Dans une école désaffectée de Fizi, une femme serre contre elle un nouveau-né, enveloppé dans un pagne usé. Elle vient d’accoucher ici, entre deux bancs d’écoliers, sans eau propre, sans aide médicale. Son histoire n’est pas unique. Elle est l’un des visages de la crise humanitaire silencieuse qui engloutit le Sud-Kivu, où près d’un million et demi de personnes ont été déplacées par les violences, selon les estimations des autorités locales. Comment une telle tragédie peut-elle rester dans l’ombre ? Pourquoi l’attention semble-t-elle se détourner de ceux qui ont tout perdu, mais sont restés au pays ?
Les territoires de Fizi, Uvira et Mwenga ressemblent aujourd’hui à un immense camp de réfugiés à ciel ouvert. Les déplacés internes, chassés de leurs villages par l’insécurité, se sont regroupés sur des axes comme Mboko, le littoral du lac Tanganyika, ou encore entre Lulimba et Kilembwe. Ils survivent dans des abris de fortune, dans des écoles et des églises transformées en hébergements d’urgence. La promiscuité est extrême, l’eau potable est un luxe, et les latrines sont souvent inexistantes. Dans ces conditions, les maladies prospèrent. Le choléra en RDC frappe sans distinction, emportant les plus vulnérables : jeunes filles, femmes et personnes âgées. La rougeole décime les enfants dont le système immunitaire est affaibli par la malnutrition et le déplacement. L’aide humanitaire en RDC semble être un mirage pour ces populations oubliées.
L’administrateur du territoire de Fizi, Samy Kalonji Badibanga, lance un cri d’alarme qui sonne comme un constat d’abandon. « Nous relançons de nouveau les appels au gouvernement central, au gouvernement provincial et à la communauté des humanitaires », implore-t-il. Son témoignage est accablant : des accouchements dans des conditions indignes, une génération entière privée d’école, et une mortalité évitable due au manque d’intrants médicaux les plus basiques. Il a pourtant communiqué cartographies et statistiques. Les chiffres sont là, mais l’action se fait attendre. Une amertume perce dans ses propos lorsqu’il évoque la différence de traitement. « Les membres du gouvernement central arrivent directement au Burundi où nos compatriotes de Fizi et d’Uvira ont trouvé refuge. Mais ici, nous avons des déplacés internes très nombreux à Fizi, et les membres du gouvernement n’arrivent pas à se déplacer jusqu’ici ». Cette dichotomie entre l’attention portée aux réfugiés à l’étranger et l’invisibilité des déplacés internes du Sud-Kivu pose une question fondamentale sur la solidarité nationale.
La situation à Fizi et Uvira n’est pas seulement une urgence sanitaire ; c’est une bombe à retardement sociale. Des milliers de jeunes, coupés de tout cadre scolaire ou professionnel, errent dans ces camps improvisés. Quel avenir peut-on construire sur les ruines du déracinement ? Le risque de voir cette jeunesse, désœuvrée et amère, être captée par des groupes armés ou sombrer dans la criminalité est réel. Les femmes, exposées à tous les dangers dans ces lieux surpeuplés sans protection, vivent dans une anxiété permanente. La cohésion sociale des communautés d’accueil, elles-mêmes souvent précaires, est mise à rude épreuve par cet afflux massif.

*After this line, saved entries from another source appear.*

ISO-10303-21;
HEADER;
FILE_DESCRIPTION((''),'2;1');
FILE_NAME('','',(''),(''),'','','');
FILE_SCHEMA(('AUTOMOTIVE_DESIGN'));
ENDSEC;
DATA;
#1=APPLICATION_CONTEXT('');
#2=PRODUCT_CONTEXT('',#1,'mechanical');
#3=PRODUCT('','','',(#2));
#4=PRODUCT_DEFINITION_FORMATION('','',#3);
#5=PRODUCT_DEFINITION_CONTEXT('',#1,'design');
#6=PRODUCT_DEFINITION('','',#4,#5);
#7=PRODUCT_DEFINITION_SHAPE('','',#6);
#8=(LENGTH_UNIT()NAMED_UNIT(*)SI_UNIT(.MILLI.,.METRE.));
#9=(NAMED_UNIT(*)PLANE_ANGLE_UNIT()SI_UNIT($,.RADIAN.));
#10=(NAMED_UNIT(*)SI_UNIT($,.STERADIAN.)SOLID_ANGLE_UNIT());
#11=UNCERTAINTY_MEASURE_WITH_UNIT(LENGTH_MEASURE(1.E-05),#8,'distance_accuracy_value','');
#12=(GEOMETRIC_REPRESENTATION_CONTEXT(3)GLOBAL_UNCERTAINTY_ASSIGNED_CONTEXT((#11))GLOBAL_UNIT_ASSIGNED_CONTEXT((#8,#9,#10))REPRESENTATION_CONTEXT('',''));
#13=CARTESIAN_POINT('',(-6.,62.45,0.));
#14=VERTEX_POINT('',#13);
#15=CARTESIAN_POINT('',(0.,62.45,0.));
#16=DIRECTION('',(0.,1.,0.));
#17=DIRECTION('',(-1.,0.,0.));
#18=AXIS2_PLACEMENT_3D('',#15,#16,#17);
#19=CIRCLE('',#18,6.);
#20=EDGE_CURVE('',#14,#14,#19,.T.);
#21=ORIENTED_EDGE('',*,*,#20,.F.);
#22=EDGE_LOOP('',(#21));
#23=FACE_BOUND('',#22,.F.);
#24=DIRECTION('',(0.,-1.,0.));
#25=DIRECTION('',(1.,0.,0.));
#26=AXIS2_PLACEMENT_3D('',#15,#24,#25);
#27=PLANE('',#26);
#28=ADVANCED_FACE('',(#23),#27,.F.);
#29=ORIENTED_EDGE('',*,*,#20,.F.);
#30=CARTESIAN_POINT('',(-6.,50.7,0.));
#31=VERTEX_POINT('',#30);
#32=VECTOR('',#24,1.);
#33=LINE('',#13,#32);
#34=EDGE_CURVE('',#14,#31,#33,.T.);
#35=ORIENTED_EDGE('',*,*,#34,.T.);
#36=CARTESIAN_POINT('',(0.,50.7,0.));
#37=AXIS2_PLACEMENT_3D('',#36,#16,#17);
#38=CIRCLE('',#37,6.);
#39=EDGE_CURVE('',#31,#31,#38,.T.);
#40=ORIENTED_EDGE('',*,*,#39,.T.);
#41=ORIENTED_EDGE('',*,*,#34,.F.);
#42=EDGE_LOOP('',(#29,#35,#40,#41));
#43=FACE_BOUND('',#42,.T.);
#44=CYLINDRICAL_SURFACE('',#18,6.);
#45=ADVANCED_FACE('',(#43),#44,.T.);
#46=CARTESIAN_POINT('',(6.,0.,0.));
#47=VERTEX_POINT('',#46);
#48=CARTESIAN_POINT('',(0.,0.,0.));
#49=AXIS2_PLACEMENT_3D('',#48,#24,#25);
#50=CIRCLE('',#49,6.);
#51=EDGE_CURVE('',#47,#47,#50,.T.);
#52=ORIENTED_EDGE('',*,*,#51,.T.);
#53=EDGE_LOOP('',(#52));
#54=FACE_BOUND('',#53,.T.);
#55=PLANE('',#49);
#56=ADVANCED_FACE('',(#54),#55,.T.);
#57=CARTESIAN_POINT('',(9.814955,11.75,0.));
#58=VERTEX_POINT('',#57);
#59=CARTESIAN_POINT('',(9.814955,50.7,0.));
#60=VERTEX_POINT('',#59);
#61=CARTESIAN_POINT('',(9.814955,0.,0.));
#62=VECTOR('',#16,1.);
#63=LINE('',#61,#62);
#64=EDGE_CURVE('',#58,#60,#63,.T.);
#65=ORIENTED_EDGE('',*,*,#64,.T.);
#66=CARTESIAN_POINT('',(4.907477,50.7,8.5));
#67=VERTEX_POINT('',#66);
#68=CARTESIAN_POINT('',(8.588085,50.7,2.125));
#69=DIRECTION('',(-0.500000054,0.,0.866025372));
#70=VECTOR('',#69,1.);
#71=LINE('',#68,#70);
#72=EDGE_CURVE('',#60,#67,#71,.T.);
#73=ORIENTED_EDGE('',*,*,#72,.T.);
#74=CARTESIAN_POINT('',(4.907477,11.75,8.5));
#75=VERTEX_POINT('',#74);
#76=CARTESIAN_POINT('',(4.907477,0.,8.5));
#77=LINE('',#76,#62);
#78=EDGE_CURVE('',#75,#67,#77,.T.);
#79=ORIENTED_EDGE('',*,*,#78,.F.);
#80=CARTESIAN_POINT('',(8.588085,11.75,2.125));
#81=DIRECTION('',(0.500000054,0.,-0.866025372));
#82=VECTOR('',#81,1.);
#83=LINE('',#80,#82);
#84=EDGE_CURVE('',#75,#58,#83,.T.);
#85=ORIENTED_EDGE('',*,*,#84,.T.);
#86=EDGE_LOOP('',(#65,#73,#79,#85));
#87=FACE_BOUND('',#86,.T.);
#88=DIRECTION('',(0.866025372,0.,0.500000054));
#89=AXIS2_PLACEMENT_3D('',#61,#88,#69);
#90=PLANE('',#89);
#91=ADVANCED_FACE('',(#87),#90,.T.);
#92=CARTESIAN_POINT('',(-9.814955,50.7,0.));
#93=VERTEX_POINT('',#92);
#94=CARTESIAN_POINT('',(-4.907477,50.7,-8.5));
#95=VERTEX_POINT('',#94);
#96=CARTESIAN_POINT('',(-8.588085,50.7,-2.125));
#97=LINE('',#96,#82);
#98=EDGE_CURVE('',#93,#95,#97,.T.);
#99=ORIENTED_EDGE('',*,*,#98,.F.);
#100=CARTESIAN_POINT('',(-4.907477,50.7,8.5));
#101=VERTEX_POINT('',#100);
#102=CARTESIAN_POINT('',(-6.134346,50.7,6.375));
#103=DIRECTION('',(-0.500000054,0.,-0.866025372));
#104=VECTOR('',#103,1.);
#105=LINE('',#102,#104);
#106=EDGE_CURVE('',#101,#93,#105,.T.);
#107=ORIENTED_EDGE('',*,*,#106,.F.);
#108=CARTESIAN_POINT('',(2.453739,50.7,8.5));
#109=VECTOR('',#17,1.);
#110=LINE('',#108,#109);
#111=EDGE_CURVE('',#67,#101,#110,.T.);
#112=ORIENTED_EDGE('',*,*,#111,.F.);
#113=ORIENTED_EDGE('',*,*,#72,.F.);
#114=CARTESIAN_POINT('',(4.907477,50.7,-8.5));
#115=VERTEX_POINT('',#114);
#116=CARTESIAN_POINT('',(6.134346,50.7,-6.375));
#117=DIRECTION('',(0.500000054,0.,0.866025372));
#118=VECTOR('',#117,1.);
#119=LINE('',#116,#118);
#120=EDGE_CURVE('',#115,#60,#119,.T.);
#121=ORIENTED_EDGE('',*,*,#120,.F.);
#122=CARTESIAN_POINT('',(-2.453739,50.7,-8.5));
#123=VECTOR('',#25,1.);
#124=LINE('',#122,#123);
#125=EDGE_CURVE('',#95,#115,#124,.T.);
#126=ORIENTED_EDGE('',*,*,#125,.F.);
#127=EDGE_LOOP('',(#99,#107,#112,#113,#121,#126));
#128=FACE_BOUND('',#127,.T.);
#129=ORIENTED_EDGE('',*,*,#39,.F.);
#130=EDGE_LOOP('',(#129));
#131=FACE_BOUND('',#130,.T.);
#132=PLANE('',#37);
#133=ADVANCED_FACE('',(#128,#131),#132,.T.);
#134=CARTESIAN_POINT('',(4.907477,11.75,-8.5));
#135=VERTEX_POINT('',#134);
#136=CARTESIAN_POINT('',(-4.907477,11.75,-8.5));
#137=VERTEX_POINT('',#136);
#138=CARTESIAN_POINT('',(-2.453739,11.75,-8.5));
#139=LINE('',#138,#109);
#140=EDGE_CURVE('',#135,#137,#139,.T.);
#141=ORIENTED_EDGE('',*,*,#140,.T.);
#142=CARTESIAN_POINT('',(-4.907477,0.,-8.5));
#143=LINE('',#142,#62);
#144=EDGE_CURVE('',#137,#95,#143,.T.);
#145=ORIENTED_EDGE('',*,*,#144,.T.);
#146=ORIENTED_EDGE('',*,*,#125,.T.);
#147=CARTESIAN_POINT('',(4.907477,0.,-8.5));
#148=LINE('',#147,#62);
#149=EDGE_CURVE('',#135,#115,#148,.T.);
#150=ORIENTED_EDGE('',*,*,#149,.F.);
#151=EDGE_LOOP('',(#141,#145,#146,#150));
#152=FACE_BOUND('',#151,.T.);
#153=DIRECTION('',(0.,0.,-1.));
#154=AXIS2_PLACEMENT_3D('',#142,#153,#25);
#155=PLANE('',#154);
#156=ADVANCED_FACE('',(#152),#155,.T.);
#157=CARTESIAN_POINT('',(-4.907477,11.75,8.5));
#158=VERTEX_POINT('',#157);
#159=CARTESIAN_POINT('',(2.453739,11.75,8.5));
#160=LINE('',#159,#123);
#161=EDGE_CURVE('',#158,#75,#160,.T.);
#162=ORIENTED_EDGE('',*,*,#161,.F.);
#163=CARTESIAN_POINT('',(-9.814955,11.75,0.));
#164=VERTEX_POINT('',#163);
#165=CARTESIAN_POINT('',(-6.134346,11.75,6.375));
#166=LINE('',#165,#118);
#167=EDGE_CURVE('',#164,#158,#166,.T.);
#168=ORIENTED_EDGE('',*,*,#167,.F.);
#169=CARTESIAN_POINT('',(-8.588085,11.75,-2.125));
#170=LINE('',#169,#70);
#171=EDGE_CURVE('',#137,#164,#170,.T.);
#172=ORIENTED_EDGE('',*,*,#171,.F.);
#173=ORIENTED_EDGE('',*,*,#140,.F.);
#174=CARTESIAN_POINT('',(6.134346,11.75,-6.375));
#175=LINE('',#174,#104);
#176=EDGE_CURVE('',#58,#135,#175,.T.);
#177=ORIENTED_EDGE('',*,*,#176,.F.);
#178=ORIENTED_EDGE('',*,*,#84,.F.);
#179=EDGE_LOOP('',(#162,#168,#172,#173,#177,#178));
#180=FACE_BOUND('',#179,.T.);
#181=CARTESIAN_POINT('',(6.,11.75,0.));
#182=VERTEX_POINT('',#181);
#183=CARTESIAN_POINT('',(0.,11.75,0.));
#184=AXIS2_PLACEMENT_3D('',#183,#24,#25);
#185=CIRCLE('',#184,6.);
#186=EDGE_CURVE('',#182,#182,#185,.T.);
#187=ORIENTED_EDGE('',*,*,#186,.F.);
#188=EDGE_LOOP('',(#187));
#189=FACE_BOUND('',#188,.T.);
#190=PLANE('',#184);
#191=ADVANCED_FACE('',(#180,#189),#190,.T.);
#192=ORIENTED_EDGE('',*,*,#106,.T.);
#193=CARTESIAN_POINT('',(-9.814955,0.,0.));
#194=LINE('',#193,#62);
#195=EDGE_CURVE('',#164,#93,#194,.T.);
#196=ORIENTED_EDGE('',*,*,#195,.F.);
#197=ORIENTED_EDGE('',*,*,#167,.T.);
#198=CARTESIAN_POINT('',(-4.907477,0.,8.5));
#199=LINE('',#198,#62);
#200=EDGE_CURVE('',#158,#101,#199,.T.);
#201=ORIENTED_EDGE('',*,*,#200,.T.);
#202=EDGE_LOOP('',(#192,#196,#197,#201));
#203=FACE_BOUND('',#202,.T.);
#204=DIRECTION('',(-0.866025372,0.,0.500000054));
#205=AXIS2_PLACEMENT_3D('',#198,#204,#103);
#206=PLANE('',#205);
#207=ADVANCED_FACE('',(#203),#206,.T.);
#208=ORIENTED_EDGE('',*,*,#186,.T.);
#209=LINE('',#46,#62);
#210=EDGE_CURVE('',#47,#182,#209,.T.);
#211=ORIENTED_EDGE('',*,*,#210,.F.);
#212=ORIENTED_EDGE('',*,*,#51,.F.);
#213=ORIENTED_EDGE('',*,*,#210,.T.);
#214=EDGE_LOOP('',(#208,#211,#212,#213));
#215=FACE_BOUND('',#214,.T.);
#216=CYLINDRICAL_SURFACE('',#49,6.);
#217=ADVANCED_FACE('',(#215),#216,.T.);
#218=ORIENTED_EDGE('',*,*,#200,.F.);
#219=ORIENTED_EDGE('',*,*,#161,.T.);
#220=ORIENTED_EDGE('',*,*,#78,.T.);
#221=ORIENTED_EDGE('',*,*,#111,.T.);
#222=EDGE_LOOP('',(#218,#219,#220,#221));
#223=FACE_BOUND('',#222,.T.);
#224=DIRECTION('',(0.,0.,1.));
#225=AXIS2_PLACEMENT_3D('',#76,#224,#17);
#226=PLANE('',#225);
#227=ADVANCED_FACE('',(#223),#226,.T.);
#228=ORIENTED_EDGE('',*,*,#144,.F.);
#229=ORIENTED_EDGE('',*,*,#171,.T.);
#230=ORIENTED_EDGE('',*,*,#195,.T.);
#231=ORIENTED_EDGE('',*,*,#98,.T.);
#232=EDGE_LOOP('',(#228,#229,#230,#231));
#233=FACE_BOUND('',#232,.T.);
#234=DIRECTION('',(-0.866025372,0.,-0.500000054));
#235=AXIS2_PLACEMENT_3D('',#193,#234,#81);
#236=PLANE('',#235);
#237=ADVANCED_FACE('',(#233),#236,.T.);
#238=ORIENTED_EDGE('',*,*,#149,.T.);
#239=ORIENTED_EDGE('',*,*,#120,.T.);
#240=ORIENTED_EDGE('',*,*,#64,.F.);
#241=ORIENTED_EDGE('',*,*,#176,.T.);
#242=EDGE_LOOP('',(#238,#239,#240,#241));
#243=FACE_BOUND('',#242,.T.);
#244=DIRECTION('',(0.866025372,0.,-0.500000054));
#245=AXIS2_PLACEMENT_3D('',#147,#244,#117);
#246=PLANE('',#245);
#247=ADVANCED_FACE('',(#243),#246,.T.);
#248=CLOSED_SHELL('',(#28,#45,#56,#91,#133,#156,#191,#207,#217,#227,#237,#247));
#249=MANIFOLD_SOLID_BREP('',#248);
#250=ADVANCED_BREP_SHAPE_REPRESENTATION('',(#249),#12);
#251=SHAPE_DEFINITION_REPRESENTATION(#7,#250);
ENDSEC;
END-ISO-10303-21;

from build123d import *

# Parameters (mm, degrees)
F1_DEPTH = 62.45
F2_R     = 16.478049
F2_R_2   = 6
F3_DEPTH = 11.75
F4_R     = 15.413294
F4_R_2   = 6
F5_DEPTH = 11.75


with BuildPart() as f1:
    # F0 (on Front) → F1 (new body)
    with BuildSketch(Plane.XZ):
        Polygon((-4.907477, -8.5), (4.907477, -8.5), (9.814955, 0), (4.907477, 8.5), (-4.907477, 8.5), (-9.814955, 0), align=None)
    extrude(amount=-F1_DEPTH)

    # F2 (on face) → F3 (cut)
    with BuildSketch(Plane.XZ):
        Circle(F2_R)
        Circle(F2_R_2, mode=Mode.SUBTRACT)
    extrude(amount=-F3_DEPTH, mode=Mode.SUBTRACT)

    # F4 (on face) → F5 (cut)
    with BuildSketch(Plane(origin=(0, 62.45, 0), x_dir=(-1, 0, 0), z_dir=(0, 1, 0))):
        Circle(F4_R)
        Circle(F4_R_2, mode=Mode.SUBTRACT)
    extrude(amount=-F5_DEPTH, mode=Mode.SUBTRACT)


solid = f1.part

L’appel de l’administrateur de Fizi est donc plus qu’une demande d’aide humanitaire. C’est un plaidoyer pour la dignité et pour la reconnaissance de ces Congolais qui, en choisissant de rester sur le sol national malgré l’horreur, incarnent un attachement profond à leur pays. Les laisser sombrer, c’est accepter une fracture profonde au sein de la nation. La réponse à cette crise des déplacés de Fizi Uvira ne peut être uniquement technique. Elle doit être politique et symbolique : une visite, un geste de réconfort des plus hautes autorités, serait un signal fort. Il est temps de regarder en face cette tragédie intérieure et d’agir avant que le choléra, la rougeole et le désespoir ne fassent encore plus de victimes parmi ces frères et sœurs que l’on ne voit plus.